這是吳天翔在視頻接通後對她說的第一句話。

他倚在床頭, 背後墊著枕頭,隨意的拍攝角度讓他看起來懶洋洋的。

沒有開燈的室內,遠處柔和變幻的熒光投射在他臉上, 也將他的雙眼映得更加明亮。

“你在看電視?”游嘉茵直接忽略了他的開場白, “你在酒店?”

“對。”

“今天是星期六哎,你怎麽沒出去玩?”

“太累了,不想出去。”他伸手打開床頭燈, 聲音裏帶著一絲沙啞的困倦:“今天我一整天都在Gateway, 八點多才回到市區,和同事吃過晚飯就回酒店了。”

屏幕隨即亮了起來。

燈光下,游嘉茵看清了他的T恤顏色。不是黑色而是藏藍,和她身上穿著的睡裙一樣,一個細微的巧合。

“那你為什麽不睡?”她表示不解,“現在已經兩點多了。
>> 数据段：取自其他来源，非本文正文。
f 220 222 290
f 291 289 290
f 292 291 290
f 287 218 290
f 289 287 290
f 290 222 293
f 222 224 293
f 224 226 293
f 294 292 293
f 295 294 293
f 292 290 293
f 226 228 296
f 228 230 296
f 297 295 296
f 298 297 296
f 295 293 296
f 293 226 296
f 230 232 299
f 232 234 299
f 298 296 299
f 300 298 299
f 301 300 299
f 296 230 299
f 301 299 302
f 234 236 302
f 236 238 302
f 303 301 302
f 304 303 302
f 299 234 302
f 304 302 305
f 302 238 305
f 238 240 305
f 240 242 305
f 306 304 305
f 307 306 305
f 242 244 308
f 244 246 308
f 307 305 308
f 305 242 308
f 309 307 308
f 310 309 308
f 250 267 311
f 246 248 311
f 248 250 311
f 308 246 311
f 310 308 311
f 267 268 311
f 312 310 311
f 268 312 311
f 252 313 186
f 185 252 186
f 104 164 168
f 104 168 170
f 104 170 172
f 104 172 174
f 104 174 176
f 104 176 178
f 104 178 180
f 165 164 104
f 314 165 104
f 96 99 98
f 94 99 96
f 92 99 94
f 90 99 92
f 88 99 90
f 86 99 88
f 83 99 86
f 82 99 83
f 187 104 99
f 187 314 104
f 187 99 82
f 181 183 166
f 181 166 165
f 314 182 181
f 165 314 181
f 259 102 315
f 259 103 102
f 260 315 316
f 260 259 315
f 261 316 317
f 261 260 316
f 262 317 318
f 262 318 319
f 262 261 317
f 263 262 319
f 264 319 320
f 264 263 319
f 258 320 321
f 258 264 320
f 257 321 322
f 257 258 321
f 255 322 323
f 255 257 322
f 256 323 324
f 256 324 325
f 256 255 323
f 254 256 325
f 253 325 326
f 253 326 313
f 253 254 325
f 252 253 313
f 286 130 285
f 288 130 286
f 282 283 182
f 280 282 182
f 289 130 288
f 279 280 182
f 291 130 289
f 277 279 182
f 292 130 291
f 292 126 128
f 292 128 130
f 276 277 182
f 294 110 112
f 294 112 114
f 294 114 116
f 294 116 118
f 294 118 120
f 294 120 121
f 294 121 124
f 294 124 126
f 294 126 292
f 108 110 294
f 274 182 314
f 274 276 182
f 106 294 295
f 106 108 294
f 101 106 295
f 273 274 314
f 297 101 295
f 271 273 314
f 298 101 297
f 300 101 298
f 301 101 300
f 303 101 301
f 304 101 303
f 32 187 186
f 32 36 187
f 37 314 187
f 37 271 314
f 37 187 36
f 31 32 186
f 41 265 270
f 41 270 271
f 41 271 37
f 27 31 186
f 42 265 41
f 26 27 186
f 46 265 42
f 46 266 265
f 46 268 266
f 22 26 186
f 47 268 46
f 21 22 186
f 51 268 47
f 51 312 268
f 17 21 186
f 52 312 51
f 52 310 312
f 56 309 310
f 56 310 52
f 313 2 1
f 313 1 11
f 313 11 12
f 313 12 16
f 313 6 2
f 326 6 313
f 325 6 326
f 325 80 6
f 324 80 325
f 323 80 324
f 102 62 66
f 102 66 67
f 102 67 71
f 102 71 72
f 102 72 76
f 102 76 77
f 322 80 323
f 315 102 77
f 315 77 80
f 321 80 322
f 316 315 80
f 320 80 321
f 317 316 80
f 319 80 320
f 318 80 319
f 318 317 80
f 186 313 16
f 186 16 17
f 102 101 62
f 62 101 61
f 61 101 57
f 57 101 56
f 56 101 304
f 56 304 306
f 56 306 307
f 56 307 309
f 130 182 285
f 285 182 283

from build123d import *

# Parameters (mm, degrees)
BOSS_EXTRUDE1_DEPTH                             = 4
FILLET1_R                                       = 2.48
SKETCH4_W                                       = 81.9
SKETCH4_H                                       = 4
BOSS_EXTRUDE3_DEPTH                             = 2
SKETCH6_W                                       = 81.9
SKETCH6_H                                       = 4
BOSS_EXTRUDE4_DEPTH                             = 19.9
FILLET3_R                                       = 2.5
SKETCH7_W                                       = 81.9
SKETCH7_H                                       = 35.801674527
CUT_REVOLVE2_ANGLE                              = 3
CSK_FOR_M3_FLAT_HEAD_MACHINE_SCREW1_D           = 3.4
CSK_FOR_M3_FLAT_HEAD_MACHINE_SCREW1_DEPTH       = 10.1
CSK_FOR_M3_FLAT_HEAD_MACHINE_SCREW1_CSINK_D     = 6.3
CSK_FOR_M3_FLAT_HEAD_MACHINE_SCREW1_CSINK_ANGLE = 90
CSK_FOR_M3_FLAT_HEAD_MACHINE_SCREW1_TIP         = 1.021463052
”

“跟你一樣,我睡不著。”他把枕頭往下扯了扯,半躺在床上, 鏡頭幾乎懟著臉, 放大了他優越的五官細節, “反正明天不用工作,可以休息一整天, 隨便吧。”

“原來你拿我當陪聊啊。” 游嘉茵啞然失笑:“我就想嘛,你怎麽會無緣無故等我到現在。”

醉意讓她心情放松, 渾身輕飄飄的, 少了幾分拘束, 甚至有興致和他開玩笑。

吳天翔說:“我確實在等你。”

聲音通過揚聲器擴散, 幹脆的語氣把她噎住了。

“……等我幹什麽?”她陡然清醒, 表情和態度並沒有因為這句話而動搖, “我就去了你朋友的生日會,又不是什麽危險的地方。”

“不是你的問題。”

“那是誰的問題?”

“我想確認你安全到家。”他一語帶過,沒有正面回答。

“謝謝,但你不用擔心我。”她也順著他的話說下去,“我二十五歲了,能自己保護好自己。”

“二十四。”他糾正道,“你的生日在十月份。”

“差三個月而已,別那麽較真。”

“你準備怎麽慶祝?”

“不知道,還沒想過。”游嘉茵記得他的生日在五月底,便反問:“你當時是怎麽過的?”

“我不過生日。”

“……我能理解。”

如同對暗號般的兩句話後,雙方沈默下來。

“不說這個了。”

“還是說點別的吧。”

眼看氣氛就要變僵,他們又不約而同地開口轉移話題。

吳天翔問她:“你明天有什麽計劃?”

“睡到自然醒,打掃一下家裏,晚上去朋友家吃飯。你呢?”

“上午睡覺,醒來如果天氣好,我就去跑步。”他翻了個身,朝右側臥:“下午去美術館。”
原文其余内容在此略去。